* [WORK INSTRUCTIONS]: Transcribe exactly the lines that begin the material and continue through the line containing "v -0.713 -9.515 -7.516". Leave out whatever follows.

*** Begin section ***

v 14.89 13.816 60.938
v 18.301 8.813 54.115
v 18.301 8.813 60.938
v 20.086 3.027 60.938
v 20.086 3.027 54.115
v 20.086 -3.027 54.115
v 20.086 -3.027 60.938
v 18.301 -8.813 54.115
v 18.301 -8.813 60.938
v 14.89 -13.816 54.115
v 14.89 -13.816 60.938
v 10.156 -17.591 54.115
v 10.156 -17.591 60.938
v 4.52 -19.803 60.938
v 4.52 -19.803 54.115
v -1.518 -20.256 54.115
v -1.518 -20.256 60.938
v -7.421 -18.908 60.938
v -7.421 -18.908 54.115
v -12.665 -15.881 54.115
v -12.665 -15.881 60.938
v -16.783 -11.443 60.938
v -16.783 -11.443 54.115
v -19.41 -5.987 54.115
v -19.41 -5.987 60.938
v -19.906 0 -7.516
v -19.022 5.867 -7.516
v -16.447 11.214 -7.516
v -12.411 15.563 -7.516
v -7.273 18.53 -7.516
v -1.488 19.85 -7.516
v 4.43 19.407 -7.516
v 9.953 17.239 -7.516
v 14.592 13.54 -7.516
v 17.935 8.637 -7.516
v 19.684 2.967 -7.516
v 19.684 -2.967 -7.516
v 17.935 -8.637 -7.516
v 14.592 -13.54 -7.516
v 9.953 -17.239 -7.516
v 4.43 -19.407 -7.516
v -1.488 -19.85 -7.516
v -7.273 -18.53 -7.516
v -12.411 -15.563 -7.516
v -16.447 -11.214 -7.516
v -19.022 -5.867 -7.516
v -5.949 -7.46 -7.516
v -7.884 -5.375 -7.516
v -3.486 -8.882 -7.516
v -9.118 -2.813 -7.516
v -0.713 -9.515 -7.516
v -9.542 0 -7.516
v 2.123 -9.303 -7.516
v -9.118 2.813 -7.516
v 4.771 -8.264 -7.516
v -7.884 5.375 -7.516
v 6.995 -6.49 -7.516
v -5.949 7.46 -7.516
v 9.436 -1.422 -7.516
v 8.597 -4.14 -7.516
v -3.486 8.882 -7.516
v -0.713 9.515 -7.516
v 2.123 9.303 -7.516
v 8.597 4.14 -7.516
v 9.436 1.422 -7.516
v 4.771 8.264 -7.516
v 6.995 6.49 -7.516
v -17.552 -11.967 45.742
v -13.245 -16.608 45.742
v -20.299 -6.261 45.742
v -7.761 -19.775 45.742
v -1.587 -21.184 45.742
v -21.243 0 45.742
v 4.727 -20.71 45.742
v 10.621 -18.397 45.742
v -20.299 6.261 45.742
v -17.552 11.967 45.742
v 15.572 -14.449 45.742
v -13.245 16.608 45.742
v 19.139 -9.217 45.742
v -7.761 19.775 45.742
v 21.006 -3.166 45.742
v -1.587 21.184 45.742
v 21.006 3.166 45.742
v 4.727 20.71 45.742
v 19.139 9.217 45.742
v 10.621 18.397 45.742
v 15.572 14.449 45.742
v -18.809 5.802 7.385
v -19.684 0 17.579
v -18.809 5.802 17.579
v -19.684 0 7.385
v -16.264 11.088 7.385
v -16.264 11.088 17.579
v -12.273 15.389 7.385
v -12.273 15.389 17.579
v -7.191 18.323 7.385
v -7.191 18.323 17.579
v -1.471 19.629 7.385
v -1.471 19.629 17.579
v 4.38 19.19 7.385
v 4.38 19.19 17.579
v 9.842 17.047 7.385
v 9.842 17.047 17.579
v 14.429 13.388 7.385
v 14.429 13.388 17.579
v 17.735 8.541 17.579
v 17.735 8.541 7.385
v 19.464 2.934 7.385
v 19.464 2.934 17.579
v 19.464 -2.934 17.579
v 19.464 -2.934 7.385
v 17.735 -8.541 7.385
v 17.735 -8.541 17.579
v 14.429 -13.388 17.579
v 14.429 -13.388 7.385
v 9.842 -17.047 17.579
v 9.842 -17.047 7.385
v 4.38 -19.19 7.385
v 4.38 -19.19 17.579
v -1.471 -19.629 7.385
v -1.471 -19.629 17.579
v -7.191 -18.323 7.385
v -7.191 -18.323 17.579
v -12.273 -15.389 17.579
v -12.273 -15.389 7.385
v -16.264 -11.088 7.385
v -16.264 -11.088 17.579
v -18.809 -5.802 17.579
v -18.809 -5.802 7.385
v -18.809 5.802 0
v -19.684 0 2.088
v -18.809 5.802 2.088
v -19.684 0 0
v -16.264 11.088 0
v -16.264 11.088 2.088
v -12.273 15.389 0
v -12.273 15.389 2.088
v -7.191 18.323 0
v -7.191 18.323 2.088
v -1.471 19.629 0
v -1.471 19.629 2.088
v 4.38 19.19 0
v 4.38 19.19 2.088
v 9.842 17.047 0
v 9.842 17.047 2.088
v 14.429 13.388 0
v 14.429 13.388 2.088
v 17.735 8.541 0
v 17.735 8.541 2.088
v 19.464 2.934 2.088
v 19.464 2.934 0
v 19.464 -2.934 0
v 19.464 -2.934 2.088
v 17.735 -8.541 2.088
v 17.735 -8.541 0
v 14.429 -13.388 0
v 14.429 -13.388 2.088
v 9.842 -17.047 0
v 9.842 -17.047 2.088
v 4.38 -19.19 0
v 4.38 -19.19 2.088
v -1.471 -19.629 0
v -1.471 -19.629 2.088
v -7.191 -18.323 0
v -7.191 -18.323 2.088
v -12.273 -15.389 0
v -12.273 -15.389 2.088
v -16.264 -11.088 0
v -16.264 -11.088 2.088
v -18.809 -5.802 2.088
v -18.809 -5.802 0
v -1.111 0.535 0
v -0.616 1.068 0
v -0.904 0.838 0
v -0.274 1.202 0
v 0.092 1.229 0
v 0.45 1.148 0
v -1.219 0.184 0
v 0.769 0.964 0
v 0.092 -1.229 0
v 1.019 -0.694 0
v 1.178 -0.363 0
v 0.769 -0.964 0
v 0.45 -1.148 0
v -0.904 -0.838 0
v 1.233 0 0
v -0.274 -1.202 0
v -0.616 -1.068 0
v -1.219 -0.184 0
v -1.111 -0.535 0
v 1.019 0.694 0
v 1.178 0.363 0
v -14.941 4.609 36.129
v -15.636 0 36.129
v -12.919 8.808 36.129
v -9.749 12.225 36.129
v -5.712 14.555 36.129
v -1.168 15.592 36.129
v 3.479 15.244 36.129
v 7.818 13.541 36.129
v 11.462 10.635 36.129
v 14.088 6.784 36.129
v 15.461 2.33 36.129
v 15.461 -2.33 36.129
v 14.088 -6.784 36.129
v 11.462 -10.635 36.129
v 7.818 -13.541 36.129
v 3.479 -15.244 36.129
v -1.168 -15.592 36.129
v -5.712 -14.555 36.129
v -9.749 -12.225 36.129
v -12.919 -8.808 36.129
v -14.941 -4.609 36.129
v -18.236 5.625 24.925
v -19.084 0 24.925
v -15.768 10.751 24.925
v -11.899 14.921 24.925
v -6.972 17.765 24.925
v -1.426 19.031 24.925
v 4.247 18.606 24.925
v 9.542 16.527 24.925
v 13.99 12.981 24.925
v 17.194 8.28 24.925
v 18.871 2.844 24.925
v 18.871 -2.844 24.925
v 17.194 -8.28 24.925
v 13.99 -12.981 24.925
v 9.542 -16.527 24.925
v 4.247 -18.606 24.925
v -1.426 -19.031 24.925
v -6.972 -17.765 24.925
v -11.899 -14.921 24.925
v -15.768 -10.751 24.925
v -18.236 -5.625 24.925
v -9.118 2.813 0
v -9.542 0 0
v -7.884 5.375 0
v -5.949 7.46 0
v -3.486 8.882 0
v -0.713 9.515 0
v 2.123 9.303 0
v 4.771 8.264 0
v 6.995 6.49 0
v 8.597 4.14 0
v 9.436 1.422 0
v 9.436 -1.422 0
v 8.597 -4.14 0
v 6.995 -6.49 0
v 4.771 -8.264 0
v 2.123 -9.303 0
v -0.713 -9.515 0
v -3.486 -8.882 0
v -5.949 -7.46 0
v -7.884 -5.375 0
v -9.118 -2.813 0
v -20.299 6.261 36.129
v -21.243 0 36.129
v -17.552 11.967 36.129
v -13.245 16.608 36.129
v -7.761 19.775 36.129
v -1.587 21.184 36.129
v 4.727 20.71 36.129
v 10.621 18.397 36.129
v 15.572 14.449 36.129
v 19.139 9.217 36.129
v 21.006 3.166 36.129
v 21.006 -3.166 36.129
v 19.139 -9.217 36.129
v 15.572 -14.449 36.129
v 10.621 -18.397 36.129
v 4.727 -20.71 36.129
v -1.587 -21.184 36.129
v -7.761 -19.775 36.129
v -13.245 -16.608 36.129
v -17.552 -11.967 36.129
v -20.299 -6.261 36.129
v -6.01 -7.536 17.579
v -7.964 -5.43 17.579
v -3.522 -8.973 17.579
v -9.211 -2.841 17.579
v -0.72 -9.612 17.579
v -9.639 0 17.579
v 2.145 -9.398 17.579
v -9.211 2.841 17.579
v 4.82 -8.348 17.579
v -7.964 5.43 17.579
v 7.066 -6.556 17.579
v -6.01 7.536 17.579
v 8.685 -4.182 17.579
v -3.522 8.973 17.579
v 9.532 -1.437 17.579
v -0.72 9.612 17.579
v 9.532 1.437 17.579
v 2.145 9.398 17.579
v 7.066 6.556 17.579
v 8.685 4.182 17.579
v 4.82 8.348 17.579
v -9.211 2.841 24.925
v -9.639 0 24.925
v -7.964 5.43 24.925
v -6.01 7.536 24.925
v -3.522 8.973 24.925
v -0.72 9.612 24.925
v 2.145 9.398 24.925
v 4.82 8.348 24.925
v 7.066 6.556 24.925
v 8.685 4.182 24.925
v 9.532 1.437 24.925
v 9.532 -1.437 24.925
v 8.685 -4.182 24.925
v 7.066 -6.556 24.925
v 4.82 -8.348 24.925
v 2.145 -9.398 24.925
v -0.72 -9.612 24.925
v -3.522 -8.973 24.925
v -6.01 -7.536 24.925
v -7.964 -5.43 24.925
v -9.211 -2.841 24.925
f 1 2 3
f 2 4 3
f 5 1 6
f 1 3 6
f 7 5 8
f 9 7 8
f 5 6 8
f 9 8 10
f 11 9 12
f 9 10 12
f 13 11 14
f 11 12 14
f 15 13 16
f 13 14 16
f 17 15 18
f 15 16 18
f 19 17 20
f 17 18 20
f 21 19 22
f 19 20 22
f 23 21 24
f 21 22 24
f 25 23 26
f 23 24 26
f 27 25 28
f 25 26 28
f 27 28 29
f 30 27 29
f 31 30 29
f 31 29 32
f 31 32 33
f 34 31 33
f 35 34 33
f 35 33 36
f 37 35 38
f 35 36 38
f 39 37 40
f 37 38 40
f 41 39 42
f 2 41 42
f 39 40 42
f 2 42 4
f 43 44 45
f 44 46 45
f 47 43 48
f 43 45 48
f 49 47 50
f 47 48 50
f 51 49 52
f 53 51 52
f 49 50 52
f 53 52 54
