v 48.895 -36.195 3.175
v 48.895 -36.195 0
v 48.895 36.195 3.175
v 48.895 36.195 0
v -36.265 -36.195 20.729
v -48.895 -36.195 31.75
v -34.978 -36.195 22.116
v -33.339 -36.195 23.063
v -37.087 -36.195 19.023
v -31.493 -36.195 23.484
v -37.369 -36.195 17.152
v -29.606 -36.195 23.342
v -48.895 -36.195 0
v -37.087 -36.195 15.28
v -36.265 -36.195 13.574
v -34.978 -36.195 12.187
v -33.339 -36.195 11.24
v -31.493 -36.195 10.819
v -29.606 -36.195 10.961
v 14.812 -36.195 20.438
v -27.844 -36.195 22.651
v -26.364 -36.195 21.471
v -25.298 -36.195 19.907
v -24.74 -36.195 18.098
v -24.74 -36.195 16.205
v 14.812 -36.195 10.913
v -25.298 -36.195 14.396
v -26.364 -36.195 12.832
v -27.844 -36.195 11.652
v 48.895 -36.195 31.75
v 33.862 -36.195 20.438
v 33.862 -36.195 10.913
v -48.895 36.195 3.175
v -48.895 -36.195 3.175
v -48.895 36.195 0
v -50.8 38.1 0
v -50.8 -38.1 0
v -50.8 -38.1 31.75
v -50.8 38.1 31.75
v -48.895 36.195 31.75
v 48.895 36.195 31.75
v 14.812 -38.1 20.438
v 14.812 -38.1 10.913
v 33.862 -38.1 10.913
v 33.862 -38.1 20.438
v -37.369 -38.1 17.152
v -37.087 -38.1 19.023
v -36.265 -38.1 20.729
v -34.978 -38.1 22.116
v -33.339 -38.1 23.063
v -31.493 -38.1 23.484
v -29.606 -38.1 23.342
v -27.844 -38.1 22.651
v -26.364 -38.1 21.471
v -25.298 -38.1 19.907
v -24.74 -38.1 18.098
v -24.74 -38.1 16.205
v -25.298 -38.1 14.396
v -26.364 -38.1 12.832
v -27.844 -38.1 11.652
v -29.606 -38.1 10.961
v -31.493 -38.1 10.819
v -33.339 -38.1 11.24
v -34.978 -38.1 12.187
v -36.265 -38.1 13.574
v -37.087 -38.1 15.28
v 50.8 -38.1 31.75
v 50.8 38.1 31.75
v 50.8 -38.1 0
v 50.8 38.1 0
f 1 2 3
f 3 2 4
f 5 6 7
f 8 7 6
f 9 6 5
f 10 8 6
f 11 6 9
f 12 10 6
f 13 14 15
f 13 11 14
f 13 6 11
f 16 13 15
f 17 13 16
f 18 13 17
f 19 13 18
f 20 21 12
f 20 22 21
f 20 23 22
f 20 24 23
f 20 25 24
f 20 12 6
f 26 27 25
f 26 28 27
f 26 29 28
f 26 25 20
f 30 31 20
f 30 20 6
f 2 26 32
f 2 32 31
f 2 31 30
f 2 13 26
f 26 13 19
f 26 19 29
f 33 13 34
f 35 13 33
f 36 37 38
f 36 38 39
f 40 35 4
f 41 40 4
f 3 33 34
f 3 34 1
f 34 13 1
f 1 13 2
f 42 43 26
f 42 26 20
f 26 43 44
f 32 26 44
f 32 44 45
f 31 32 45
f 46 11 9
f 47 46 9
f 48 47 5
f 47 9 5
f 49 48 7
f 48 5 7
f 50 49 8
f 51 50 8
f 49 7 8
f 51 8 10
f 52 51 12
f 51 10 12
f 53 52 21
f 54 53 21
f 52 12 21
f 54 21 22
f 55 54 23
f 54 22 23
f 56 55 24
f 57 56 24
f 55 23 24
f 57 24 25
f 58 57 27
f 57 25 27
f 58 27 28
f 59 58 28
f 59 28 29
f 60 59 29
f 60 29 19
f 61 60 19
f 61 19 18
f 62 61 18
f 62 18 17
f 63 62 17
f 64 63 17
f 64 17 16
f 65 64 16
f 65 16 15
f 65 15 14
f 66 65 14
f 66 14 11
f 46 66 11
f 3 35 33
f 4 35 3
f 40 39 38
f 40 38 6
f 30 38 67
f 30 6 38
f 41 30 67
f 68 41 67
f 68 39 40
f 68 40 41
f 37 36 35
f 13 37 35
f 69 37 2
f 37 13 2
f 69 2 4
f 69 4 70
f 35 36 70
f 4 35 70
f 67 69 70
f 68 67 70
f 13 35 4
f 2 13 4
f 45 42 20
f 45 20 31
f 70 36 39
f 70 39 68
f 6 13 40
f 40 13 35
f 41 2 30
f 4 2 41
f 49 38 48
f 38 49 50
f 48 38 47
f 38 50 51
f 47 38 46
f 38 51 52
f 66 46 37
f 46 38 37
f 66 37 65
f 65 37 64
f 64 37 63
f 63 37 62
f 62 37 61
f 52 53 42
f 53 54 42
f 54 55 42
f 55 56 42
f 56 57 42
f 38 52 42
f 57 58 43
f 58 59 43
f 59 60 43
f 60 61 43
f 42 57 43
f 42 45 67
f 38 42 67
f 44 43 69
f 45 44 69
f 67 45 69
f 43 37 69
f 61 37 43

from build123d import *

# Parameters (mm, degrees)
F0_W     = 101.6
F0_H     = 76.2
F0_W_2   = 97.79
F0_H_2   = 72.39
F1_DEPTH = 31.75
F3_D     = 12.7
F3_DEPTH = 12.7
F4_DEPTH = 3.175
F2_W     = 19.05
F2_H     = 9.525
F5_DEPTH = 1.905


with BuildPart() as f1:
    # F0 (on Top) → F1 (new body)
    with BuildSketch(Plane.XY):
        Rectangle(F0_W, F0_H)
        Rectangle(F0_W_2, F0_H_2, mode=Mode.SUBTRACT)
    extrude(amount=F1_DEPTH)

    # F3
    with Locations(Plane.XZ.offset(38.1)):
        with Locations((-31.0187, 17.151518)):
            Hole(F3_D / 2, depth=F3_DEPTH)

    # F2 (on face) → F5 (cut, through all)
    with BuildSketch(Plane.XZ.offset(38.1)):
        with Locations((24.336567, 15.675096)):
            Rectangle(F2_W, F2_H)
    extrude(amount=-F5_DEPTH, mode=Mode.SUBTRACT)


with BuildPart() as f4:
    # F0 (on Top) → F4 (new body)
    with BuildSketch(Plane.XY):
        Rectangle(F0_W_2, F0_H_2)
    extrude(amount=F4_DEPTH)


solid = Compound([f1.part, f4.part])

*** End section ***

* [ANSWER BOX]:
v 14.89 13.816 60.938
v 18.301 8.813 54.115
v 18.301 8.813 60.938
v 20.086 3.027 60.938
v 20.086 3.027 54.115
v 20.086 -3.027 54.115
v 20.086 -3.027 60.938
v 18.301 -8.813 54.115
v 18.301 -8.813 60.938
v 14.89 -13.816 54.115
v 14.89 -13.816 60.938
v 10.156 -17.591 54.115
v 10.156 -17.591 60.938
v 4.52 -19.803 60.938
v 4.52 -19.803 54.115
v -1.518 -20.256 54.115
v -1.518 -20.256 60.938
v -7.421 -18.908 60.938
v -7.421 -18.908 54.115
v -12.665 -15.881 54.115
v -12.665 -15.881 60.938
v -16.783 -11.443 60.938
v -16.783 -11.443 54.115
v -19.41 -5.987 54.115
v -19.41 -5.987 60.938
v -19.906 0 -7.516
v -19.022 5.867 -7.516
v -16.447 11.214 -7.516
v -12.411 15.563 -7.516
v -7.273 18.53 -7.516
v -1.488 19.85 -7.516
v 4.43 19.407 -7.516
v 9.953 17.239 -7.516
v 14.592 13.54 -7.516
v 17.935 8.637 -7.516
v 19.684 2.967 -7.516
v 19.684 -2.967 -7.516
v 17.935 -8.637 -7.516
v 14.592 -13.54 -7.516
v 9.953 -17.239 -7.516
v 4.43 -19.407 -7.516
v -1.488 -19.85 -7.516
v -7.273 -18.53 -7.516
v -12.411 -15.563 -7.516
v -16.447 -11.214 -7.516
v -19.022 -5.867 -7.516
v -5.949 -7.46 -7.516
v -7.884 -5.375 -7.516
v -3.486 -8.882 -7.516
v -9.118 -2.813 -7.516
v -0.713 -9.515 -7.516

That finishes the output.